Apporter de la culture dans un quartier populaire
Cela faisait donc dix ans, depuis son rachat par la Ville de Paris sur décision du maire (PS) Bertrand Delanoë, que sa rénovation alimentait la chronique, entre polémiques sur la destination du lieu et échanges sur la restauration néo-égyptienne, mais aussi des interrogations sur le coût global des travaux, estimé à 25 millions d'euros. "Grâce à la bonne compréhension de l'architecte, nous avons pu même économiser 3 millions d'euros sur cette lourde rénovation", s'est félicité, mercredi 17 avril, le maire de Paris. Et d'ajouter : "Pour des raisons historiques, sociales et "cinéphiliques", ce lieu classé "Art et essai" est, en effet, très attendu dans ce quartier populaire à cheval sur trois arrondissements (9e, 10e et 18e). La culture peut changer les choses dans ce quartier, déjà métamorphosé par les opérations de logement social."
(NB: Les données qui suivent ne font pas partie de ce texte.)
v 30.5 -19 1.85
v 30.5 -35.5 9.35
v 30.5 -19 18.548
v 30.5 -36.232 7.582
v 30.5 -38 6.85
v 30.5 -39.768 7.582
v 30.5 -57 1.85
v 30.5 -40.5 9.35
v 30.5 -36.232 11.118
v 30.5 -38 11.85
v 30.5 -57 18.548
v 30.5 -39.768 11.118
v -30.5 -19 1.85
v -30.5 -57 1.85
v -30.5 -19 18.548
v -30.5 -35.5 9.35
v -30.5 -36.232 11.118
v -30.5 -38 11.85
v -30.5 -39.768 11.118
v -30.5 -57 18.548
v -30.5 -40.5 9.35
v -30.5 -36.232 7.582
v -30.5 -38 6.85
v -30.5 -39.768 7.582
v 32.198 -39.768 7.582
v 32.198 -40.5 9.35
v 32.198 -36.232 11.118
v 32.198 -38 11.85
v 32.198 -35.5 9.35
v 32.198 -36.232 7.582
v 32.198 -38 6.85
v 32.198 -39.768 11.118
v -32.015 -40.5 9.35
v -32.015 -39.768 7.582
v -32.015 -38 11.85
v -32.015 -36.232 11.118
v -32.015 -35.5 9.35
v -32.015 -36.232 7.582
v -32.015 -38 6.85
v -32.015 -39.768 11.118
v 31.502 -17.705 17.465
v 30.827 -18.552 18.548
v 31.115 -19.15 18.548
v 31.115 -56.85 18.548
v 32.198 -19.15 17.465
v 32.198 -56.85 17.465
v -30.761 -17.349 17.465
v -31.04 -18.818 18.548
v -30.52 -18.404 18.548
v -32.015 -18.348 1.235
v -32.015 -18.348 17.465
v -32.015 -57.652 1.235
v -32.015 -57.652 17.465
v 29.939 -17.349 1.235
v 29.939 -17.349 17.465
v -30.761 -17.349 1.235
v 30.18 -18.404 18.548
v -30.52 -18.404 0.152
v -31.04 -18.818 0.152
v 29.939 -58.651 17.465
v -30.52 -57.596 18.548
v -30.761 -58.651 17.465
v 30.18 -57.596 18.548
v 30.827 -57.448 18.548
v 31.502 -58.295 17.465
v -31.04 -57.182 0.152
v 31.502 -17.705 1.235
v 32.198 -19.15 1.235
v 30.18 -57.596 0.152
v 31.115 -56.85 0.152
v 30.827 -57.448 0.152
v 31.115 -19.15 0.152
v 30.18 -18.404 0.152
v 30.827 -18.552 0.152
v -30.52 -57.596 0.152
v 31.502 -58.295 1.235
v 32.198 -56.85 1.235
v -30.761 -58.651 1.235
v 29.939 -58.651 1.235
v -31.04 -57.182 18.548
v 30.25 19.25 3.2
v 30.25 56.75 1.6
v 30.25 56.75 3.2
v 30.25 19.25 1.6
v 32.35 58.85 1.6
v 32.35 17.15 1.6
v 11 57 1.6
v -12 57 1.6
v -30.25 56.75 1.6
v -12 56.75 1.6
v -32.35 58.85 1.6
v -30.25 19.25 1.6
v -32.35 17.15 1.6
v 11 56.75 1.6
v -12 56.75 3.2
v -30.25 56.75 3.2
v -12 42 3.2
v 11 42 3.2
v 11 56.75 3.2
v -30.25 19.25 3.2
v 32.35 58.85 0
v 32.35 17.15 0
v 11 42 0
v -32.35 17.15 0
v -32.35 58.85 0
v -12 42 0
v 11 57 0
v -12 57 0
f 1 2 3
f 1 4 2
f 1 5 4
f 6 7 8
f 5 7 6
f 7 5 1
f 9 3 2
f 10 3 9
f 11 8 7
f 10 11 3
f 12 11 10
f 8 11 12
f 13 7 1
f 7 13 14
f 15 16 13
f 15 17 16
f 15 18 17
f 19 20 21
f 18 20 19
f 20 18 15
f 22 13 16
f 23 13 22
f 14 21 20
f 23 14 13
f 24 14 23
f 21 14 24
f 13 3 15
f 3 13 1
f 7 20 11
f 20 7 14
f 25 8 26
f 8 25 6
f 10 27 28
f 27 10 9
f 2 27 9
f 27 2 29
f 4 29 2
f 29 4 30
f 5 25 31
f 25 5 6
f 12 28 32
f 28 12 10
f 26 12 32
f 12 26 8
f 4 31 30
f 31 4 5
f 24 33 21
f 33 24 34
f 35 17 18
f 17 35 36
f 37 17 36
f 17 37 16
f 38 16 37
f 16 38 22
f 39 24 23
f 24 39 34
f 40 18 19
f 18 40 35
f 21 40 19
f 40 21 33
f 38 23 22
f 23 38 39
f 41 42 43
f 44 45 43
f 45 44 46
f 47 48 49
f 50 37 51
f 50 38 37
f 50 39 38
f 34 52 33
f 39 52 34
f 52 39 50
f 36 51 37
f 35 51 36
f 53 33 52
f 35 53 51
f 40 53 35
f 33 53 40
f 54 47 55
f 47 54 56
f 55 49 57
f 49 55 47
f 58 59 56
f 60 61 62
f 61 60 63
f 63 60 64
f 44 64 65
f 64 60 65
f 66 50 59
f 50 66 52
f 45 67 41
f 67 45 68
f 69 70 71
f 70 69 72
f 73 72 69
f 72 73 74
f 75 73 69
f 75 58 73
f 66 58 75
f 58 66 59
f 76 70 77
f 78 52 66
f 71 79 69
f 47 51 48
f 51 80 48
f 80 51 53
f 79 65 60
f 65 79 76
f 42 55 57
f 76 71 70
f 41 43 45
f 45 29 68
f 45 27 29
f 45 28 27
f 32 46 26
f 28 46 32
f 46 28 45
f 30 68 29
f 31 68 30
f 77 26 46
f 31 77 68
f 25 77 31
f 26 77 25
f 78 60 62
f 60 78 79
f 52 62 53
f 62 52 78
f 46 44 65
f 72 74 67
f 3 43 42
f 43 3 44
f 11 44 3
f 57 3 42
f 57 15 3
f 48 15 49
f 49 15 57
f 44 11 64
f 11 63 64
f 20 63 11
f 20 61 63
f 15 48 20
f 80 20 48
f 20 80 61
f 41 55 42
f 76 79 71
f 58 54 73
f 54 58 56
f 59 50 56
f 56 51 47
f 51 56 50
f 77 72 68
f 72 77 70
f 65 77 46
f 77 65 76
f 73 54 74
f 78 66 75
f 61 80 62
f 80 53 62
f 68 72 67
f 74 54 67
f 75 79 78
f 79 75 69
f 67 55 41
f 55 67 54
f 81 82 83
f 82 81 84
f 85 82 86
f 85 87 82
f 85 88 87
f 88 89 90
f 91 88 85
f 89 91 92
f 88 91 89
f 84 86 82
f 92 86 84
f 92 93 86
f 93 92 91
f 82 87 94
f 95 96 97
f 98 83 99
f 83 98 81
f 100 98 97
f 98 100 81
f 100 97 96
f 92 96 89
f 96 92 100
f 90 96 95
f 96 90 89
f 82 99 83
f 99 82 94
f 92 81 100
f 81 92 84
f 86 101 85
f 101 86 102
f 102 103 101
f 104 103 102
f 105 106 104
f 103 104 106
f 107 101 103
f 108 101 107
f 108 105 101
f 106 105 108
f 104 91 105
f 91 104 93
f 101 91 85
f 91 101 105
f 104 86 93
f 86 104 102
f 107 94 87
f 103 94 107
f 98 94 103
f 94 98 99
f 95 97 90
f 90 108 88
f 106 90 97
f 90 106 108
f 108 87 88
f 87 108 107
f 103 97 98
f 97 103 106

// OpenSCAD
// Written by Jordi Riera-Babures <jrierab@gmail.com>
// LM2596 with lateral voltage window V1.0 - Parameterisized for Customizer
//
// To the extent possible under law, the author(s) have dedicated all
// copyright and related and neighboring rights to this software to the
// public domain worldwide. This software is distributed without any
// warranty.
//
// You should have received a copy of the CC0 Public Domain
// Dedication along with this software.
// If not, see <http://creativecommons.org/publicdomain/zero/1.0/>.

// Length of the board (mm)
Board_Length = 61;          // [40:300]
// Width of the board (mm)
Board_Width = 38;           // [10:40]
// Height of the board and its components (mm)
Board_Height = 15;          // [10:40]
// Volatge Window width (mm)
Voltage_Window_Width = 15;  // [10:20]
// Volatge Window legnth (mm)
Voltage_Window_Length = 23; // [0:30]

// Input/output hole radius
Hole_radius = 2.5;          // [2:10]

// Space to take into account around the board (mm)
Security_Margin = 0.5;      // [0.:5.]
// Wall thickness (mm)
Wall_Thickness = 1.6;       // [1.:5.]

// Account for security margins and walls
Xtra = Security_Margin + 2*Wall_Thickness;
// Hole pos
Hole_pos_x = (Board_Length + Xtra) / 2;



// Build the box
translate([0, -Board_Width, (Board_Height + Xtra)/2]) LM2596_case();
// And the lidl
mirror([0, 0, 1]) translate([0, Board_Width, -1.5*Wall_Thickness]) LM2596_lid();



module LM2596_lid() {
    difference() {
        union() {
            // Internal lid
            cube([Board_Length - Security_Margin, Board_Width - Security_Margin, Wall_Thickness], true);
            translate([0, 0, Wall_Thickness])
                cube([Board_Length + Xtra, Board_Width + Xtra, Wall_Thickness], true);
        }
        union() {
            // Voltage window hole
            translate([(Board_Length - Voltage_Window_Width)/2 - Voltage_Window_Length - Security_Margin, (Board_Width - Voltage_Window_Width)/2, 0])
                cube([Voltage_Window_Length, Voltage_Window_Width, 3*Wall_Thickness], true);
        }
    }

}

module LM2596_case() {
    // Smooth the case
    Rounded_Corner_Radius = 2;

    // Hole extension
    Hole_h = 1*(Wall_Thickness + Security_Margin);
    // Input hole Y tanslation
    Hole_y = (Board_Width - Hole_radius - 4*Security_Margin)/2;

    // Case
    difference() {
        // External case
        roundedcube_simple([Board_Length + Xtra, Board_Width + Xtra, Board_Height + Xtra], true, Rounded_Corner_Radius);
        // "Empty" inside block
        union() {
            // Internal board space
            cube([Board_Length, Board_Width, Board_Height], true);
            // Remove the top
            translate([0, 0, Board_Height])
                cube([Board_Length, Board_Width, Board_Height], true);
            // Input hole
            translate([Hole_pos_x - Hole_h, 0, 0])
                rotate([90, 0, 90])
                    cylinder(Hole_h, r = Hole_radius, true);
            // Output hole
            translate([-Hole_pos_x, 0, 0]) 
                rotate([90, 0, 90])
                    cylinder(Hole_h, r = Hole_radius, true);
        }
    }
}





// https://gist.github.com/groovenectar/292db1688b79efd6ce11
module roundedcube_simple(size = [1, 1, 1], center = false, radius = 0.5) {
	// If single value, convert to [x, y, z] vector
	size = (size[0] == undef) ? [size, size, size] : size;

	translate = (center == false) ?
		[radius, radius, radius] :
		[
			radius - (size[0] / 2),
			radius - (size[1] / 2),
			radius - (size[2] / 2)
	];

	translate(v = translate)
	minkowski() {
		cube(size = [
			size[0] - (radius * 2),
			size[1] - (radius * 2),
			size[2] - (radius * 2)
		]);
		sphere(r = radius);
	}
}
Au final, la ville a décidé en 2003 de racheter les murs et de lui redonner une énième jeunesse. L'esprit Art Déco des années 1920 donne l'impression de flotter dès le rez-de-chaussée jusqu'à la terrasse extérieure. "Nous avons voulu revenir au palais égyptien disparu dans les années 1930, souligne l'architecte Philippe Pumain. Nous aurions pu nous contenter d'en faire une salle moderne, mais nous avons trouvé que c'était une bonne idée de lui rendre ce caractère exceptionnel."
A l'extérieur, les façades ont été intégralement restaurées dans leur état de 1921 avec restitution des mosaïques, vitraux et "grands mats égyptiens" disparus et le dispositif d'entrée original a, par ailleurs, remis en place avec son porche totalement ouvert sur le boulevard Barbès-Rochechouart.
A l'intérieur, cette fois-ci, la grande salle Youssef Chahine, au rez-de-chaussée, dotée de 334 fauteuils, arbore de superbes têtes de pharaons en relief et des frises calquées sur les originaux de 1921. Les trois niveaux sont restitués à l'image de l'orchestre, le balcon et le poulailler, et ses décors recréés : faux marbres peints, masques de pharaon en relief, frise néo-grecque, hiéroglyphes...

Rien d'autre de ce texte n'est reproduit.